┌─ Information given

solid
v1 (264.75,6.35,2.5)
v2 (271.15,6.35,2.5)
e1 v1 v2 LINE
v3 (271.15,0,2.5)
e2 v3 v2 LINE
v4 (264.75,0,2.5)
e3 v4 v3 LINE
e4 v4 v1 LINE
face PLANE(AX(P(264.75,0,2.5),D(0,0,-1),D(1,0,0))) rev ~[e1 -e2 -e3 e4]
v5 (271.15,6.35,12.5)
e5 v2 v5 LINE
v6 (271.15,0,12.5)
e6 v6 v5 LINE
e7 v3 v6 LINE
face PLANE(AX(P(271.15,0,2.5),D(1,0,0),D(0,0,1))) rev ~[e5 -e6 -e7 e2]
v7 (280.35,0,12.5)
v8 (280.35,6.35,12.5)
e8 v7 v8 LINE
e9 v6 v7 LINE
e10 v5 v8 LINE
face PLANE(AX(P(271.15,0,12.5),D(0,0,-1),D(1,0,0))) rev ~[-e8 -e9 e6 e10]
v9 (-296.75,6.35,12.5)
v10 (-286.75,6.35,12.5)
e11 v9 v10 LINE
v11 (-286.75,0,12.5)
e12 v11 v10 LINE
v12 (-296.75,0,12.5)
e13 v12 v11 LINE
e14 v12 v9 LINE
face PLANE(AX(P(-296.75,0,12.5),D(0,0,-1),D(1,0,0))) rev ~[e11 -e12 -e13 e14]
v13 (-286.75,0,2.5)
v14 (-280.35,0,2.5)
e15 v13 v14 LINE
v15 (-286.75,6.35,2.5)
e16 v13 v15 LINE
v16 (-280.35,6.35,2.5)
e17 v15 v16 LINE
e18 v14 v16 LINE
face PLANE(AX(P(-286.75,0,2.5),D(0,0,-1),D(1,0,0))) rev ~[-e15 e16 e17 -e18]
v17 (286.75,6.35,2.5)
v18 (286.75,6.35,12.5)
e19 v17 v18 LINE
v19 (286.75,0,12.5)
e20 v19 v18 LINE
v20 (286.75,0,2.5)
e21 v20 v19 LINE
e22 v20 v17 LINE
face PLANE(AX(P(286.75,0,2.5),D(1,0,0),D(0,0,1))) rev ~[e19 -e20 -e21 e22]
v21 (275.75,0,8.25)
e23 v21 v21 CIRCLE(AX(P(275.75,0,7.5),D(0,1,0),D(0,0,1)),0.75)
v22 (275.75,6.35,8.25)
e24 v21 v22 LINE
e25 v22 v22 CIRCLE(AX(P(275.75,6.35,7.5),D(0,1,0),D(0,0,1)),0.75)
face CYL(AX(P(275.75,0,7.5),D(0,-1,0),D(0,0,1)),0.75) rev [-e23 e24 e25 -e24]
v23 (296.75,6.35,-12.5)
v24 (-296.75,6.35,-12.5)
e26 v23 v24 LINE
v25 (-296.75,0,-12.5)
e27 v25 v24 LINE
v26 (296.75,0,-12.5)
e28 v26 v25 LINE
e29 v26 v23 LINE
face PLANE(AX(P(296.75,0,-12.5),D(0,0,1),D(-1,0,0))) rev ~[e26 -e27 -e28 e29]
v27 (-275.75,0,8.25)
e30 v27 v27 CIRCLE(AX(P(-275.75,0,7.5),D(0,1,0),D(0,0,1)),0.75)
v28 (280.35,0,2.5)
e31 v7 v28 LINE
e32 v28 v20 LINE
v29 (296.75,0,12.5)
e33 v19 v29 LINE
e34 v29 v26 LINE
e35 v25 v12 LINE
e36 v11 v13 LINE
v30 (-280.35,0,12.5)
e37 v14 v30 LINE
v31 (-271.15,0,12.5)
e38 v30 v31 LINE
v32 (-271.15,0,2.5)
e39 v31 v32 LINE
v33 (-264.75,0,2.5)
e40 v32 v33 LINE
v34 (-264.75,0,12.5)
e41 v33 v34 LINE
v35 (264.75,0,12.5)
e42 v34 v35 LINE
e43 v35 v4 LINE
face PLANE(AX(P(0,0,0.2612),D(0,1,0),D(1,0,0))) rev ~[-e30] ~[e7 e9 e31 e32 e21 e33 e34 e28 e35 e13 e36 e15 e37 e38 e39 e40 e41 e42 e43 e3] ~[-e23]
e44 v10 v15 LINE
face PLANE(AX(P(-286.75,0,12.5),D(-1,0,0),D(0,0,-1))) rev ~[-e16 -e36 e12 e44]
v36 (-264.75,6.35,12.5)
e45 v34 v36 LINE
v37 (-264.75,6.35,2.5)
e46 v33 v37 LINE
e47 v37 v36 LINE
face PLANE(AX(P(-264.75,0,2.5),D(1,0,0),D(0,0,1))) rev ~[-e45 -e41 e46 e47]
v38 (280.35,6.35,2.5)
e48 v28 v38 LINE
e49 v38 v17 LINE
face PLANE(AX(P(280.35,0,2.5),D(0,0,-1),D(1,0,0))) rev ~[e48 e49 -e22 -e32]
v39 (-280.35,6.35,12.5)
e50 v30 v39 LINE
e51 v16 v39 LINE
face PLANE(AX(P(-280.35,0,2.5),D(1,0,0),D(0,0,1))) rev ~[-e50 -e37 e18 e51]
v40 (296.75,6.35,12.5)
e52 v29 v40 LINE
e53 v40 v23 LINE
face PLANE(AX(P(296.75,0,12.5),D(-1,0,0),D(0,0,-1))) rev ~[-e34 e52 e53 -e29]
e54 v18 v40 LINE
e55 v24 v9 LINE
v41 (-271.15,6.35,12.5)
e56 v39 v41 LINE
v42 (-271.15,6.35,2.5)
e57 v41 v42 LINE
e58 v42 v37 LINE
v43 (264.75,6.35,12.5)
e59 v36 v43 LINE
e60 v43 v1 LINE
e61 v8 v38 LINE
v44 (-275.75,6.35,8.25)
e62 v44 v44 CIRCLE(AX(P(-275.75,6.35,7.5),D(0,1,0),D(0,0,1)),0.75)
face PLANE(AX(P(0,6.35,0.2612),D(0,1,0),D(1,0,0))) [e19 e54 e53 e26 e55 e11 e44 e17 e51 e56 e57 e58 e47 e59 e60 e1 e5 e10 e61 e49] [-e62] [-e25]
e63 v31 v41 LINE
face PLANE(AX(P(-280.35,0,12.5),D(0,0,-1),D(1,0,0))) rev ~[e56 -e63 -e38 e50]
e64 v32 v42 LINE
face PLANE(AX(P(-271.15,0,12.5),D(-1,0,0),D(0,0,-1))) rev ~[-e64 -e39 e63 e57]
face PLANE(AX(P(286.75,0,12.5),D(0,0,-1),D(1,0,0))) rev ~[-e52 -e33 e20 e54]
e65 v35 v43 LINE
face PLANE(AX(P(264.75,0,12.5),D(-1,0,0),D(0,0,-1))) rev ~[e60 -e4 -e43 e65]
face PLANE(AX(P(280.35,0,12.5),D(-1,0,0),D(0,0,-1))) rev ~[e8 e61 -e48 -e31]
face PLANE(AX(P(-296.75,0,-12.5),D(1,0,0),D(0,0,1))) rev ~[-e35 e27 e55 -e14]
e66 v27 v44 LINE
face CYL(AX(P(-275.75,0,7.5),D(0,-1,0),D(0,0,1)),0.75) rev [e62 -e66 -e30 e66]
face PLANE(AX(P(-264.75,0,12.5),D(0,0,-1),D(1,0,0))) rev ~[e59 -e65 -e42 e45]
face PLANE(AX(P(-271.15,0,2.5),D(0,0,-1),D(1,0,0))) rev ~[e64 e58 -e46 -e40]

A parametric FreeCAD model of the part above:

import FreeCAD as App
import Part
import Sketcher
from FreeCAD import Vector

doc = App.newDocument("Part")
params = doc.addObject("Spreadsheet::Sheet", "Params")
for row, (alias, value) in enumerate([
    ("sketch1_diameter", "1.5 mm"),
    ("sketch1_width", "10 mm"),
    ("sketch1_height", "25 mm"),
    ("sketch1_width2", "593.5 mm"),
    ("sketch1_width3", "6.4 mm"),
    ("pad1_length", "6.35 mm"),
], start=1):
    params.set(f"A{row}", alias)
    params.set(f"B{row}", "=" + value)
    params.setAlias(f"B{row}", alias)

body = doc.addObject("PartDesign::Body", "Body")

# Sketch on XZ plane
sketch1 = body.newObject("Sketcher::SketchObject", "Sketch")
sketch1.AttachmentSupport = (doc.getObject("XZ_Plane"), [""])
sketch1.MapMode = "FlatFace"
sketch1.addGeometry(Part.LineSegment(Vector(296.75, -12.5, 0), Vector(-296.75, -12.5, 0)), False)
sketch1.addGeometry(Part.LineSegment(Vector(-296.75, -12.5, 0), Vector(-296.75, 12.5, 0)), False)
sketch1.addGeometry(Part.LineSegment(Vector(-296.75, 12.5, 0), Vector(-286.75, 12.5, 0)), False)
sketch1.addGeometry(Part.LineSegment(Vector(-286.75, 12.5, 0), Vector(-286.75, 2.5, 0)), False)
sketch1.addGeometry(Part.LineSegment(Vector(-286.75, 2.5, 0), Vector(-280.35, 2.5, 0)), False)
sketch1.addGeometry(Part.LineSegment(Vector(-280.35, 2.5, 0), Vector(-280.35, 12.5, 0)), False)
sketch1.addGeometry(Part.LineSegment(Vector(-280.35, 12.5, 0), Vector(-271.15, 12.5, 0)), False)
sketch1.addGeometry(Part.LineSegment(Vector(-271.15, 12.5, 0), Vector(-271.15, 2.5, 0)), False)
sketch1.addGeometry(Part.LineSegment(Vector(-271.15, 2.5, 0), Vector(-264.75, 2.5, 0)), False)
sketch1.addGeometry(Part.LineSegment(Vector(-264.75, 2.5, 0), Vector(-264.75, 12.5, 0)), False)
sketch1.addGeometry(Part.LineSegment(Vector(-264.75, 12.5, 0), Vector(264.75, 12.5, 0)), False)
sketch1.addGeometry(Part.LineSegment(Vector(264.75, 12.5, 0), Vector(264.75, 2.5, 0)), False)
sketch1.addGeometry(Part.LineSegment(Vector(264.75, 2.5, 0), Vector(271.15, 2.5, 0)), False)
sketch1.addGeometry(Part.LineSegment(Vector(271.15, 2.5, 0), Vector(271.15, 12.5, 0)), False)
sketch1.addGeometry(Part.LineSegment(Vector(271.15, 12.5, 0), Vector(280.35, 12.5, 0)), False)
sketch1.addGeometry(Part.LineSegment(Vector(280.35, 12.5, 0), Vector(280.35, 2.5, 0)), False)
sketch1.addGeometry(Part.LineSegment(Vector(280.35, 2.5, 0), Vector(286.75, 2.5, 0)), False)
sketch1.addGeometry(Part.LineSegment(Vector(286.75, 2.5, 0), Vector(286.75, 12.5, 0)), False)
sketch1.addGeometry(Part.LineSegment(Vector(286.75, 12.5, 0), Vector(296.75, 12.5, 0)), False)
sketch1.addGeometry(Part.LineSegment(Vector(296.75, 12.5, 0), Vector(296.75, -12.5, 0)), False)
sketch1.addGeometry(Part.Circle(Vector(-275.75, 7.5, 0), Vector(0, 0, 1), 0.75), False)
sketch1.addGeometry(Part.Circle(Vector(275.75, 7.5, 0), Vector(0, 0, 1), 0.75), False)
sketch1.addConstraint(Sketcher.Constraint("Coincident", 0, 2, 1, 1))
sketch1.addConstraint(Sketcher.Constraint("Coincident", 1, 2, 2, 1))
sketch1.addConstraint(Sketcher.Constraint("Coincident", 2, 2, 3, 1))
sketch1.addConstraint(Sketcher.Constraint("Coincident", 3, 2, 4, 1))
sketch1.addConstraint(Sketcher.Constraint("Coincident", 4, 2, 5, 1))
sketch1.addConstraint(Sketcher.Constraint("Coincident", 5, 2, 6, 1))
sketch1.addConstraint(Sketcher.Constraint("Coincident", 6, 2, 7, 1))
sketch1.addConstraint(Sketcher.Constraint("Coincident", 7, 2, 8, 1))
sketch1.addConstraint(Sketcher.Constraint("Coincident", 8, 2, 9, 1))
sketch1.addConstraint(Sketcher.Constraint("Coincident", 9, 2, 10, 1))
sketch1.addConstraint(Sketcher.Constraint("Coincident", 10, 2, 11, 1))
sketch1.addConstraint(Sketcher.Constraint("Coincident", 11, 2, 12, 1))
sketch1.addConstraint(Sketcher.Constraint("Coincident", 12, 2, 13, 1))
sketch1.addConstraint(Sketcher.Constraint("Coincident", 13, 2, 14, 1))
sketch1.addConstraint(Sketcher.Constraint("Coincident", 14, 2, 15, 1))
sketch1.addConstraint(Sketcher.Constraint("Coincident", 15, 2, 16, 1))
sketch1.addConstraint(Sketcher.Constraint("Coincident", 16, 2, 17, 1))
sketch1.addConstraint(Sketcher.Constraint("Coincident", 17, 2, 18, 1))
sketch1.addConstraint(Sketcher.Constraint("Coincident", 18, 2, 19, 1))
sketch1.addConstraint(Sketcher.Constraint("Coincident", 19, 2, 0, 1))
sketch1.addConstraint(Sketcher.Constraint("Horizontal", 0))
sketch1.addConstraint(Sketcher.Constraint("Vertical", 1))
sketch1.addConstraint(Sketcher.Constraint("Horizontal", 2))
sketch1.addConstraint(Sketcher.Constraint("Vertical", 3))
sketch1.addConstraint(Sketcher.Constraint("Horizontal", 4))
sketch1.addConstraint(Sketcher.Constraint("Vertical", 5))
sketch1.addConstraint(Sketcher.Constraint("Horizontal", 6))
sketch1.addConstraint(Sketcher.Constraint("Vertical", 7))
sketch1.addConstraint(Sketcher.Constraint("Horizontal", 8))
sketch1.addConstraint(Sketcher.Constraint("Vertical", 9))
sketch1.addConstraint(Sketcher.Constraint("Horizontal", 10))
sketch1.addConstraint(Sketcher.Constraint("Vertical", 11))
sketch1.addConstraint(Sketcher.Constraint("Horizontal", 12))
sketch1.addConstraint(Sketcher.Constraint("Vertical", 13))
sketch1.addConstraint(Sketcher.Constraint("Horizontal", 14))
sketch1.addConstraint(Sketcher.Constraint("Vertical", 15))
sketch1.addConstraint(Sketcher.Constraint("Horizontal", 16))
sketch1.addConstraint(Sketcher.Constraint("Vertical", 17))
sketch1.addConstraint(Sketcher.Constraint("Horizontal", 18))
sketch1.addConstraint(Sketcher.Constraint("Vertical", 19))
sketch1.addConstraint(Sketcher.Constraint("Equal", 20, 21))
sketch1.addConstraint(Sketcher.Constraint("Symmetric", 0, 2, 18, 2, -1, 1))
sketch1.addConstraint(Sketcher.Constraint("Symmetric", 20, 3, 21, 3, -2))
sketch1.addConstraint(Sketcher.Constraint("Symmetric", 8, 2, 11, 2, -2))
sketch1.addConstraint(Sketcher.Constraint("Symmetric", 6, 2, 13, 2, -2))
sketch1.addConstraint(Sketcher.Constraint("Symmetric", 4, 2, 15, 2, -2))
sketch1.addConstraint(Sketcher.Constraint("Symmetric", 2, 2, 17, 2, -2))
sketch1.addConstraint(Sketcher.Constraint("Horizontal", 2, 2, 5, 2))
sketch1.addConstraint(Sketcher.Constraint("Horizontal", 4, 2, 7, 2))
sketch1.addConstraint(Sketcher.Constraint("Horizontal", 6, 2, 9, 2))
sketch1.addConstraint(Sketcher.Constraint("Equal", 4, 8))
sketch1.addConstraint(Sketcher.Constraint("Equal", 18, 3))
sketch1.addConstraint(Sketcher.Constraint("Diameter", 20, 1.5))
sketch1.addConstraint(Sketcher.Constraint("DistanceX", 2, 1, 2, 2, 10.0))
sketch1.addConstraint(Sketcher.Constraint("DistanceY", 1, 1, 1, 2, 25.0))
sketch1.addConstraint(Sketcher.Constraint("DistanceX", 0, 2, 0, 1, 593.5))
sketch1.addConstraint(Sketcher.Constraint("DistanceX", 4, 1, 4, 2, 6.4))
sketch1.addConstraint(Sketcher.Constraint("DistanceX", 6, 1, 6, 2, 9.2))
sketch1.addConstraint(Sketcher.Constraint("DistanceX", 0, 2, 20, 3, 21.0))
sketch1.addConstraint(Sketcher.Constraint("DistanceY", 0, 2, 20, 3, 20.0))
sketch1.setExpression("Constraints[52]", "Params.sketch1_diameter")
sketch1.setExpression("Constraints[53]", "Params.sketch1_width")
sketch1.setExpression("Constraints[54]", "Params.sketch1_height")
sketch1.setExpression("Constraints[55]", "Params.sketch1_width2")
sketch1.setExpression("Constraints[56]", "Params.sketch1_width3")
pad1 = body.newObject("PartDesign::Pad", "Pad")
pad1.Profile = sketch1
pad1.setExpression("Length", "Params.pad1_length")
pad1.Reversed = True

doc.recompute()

└─
┌─ Information given

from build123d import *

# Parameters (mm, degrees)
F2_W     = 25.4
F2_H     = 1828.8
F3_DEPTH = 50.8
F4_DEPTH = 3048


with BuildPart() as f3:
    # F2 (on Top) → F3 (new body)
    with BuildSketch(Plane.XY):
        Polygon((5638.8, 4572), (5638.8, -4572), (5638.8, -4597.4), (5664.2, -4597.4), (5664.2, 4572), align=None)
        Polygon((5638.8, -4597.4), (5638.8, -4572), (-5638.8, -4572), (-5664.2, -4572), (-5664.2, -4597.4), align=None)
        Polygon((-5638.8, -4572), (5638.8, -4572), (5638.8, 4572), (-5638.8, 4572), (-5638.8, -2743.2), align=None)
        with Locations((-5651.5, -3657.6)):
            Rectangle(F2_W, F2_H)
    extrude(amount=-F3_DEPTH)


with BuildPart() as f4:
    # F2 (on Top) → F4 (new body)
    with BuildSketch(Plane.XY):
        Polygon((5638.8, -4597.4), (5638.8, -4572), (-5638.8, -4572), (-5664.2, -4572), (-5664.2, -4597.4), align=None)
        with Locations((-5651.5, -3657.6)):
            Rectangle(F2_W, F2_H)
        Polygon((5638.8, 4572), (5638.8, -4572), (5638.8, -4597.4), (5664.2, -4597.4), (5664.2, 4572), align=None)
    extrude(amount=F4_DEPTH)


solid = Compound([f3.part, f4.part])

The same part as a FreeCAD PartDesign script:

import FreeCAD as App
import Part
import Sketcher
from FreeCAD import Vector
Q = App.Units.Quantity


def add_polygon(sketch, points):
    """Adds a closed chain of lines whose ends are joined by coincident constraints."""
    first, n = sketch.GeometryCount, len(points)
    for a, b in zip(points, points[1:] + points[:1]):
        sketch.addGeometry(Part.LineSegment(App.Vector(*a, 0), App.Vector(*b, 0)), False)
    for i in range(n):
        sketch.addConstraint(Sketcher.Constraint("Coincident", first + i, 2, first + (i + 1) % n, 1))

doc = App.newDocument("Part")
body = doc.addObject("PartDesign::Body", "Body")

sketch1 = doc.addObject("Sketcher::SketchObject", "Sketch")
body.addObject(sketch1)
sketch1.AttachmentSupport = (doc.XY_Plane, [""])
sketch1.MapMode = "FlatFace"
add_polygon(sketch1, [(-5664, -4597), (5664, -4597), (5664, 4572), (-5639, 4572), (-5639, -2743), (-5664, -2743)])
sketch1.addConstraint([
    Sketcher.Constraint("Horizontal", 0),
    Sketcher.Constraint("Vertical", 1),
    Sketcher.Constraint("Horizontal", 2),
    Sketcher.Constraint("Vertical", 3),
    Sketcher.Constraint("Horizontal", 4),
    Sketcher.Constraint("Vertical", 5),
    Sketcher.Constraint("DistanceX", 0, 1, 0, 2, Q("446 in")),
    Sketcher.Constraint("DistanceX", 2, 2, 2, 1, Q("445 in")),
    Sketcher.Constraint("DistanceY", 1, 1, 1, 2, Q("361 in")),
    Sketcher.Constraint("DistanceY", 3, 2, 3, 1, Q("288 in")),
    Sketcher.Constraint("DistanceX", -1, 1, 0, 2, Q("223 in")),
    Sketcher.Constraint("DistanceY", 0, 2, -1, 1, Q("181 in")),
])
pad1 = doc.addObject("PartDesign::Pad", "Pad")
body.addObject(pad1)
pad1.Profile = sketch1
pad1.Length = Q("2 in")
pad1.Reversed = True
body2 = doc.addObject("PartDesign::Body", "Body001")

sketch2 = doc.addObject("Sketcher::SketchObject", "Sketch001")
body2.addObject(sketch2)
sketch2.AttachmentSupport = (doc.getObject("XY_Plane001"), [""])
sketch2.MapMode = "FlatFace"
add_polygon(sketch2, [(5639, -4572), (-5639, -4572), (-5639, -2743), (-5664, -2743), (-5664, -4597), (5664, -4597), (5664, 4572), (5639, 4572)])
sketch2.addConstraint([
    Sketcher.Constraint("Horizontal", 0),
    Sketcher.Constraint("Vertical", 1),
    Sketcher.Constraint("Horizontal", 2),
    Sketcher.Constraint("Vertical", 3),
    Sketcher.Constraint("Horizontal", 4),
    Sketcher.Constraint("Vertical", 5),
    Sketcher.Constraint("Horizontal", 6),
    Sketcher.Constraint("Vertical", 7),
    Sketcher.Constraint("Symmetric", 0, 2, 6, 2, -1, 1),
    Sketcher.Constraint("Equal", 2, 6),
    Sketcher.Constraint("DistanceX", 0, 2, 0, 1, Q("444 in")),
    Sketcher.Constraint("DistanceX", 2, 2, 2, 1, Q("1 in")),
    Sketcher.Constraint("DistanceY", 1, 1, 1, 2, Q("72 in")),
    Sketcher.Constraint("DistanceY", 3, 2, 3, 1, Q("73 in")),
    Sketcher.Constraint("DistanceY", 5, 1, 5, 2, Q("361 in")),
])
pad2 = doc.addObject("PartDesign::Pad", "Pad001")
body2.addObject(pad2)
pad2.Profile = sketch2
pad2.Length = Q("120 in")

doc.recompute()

└─

▶ **Task objective**
Look above for the line holding "v43 (264.75,6.35,12.5)", then set down exactly that line and every line after it up to and including the line holding "e65 v35 v43 LINE", with nothing else.

▶ **Task solution**
v43 (264.75,6.35,12.5)
e59 v36 v43 LINE
e60 v43 v1 LINE
e61 v8 v38 LINE
v44 (-275.75,6.35,8.25)
e62 v44 v44 CIRCLE(AX(P(-275.75,6.35,7.5),D(0,1,0),D(0,0,1)),0.75)
face PLANE(AX(P(0,6.35,0.2612),D(0,1,0),D(1,0,0))) [e19 e54 e53 e26 e55 e11 e44 e17 e51 e56 e57 e58 e47 e59 e60 e1 e5 e10 e61 e49] [-e62] [-e25]
e63 v31 v41 LINE
face PLANE(AX(P(-280.35,0,12.5),D(0,0,-1),D(1,0,0))) rev ~[e56 -e63 -e38 e50]
e64 v32 v42 LINE
face PLANE(AX(P(-271.15,0,12.5),D(-1,0,0),D(0,0,-1))) rev ~[-e64 -e39 e63 e57]
face PLANE(AX(P(286.75,0,12.5),D(0,0,-1),D(1,0,0))) rev ~[-e52 -e33 e20 e54]
e65 v35 v43 LINE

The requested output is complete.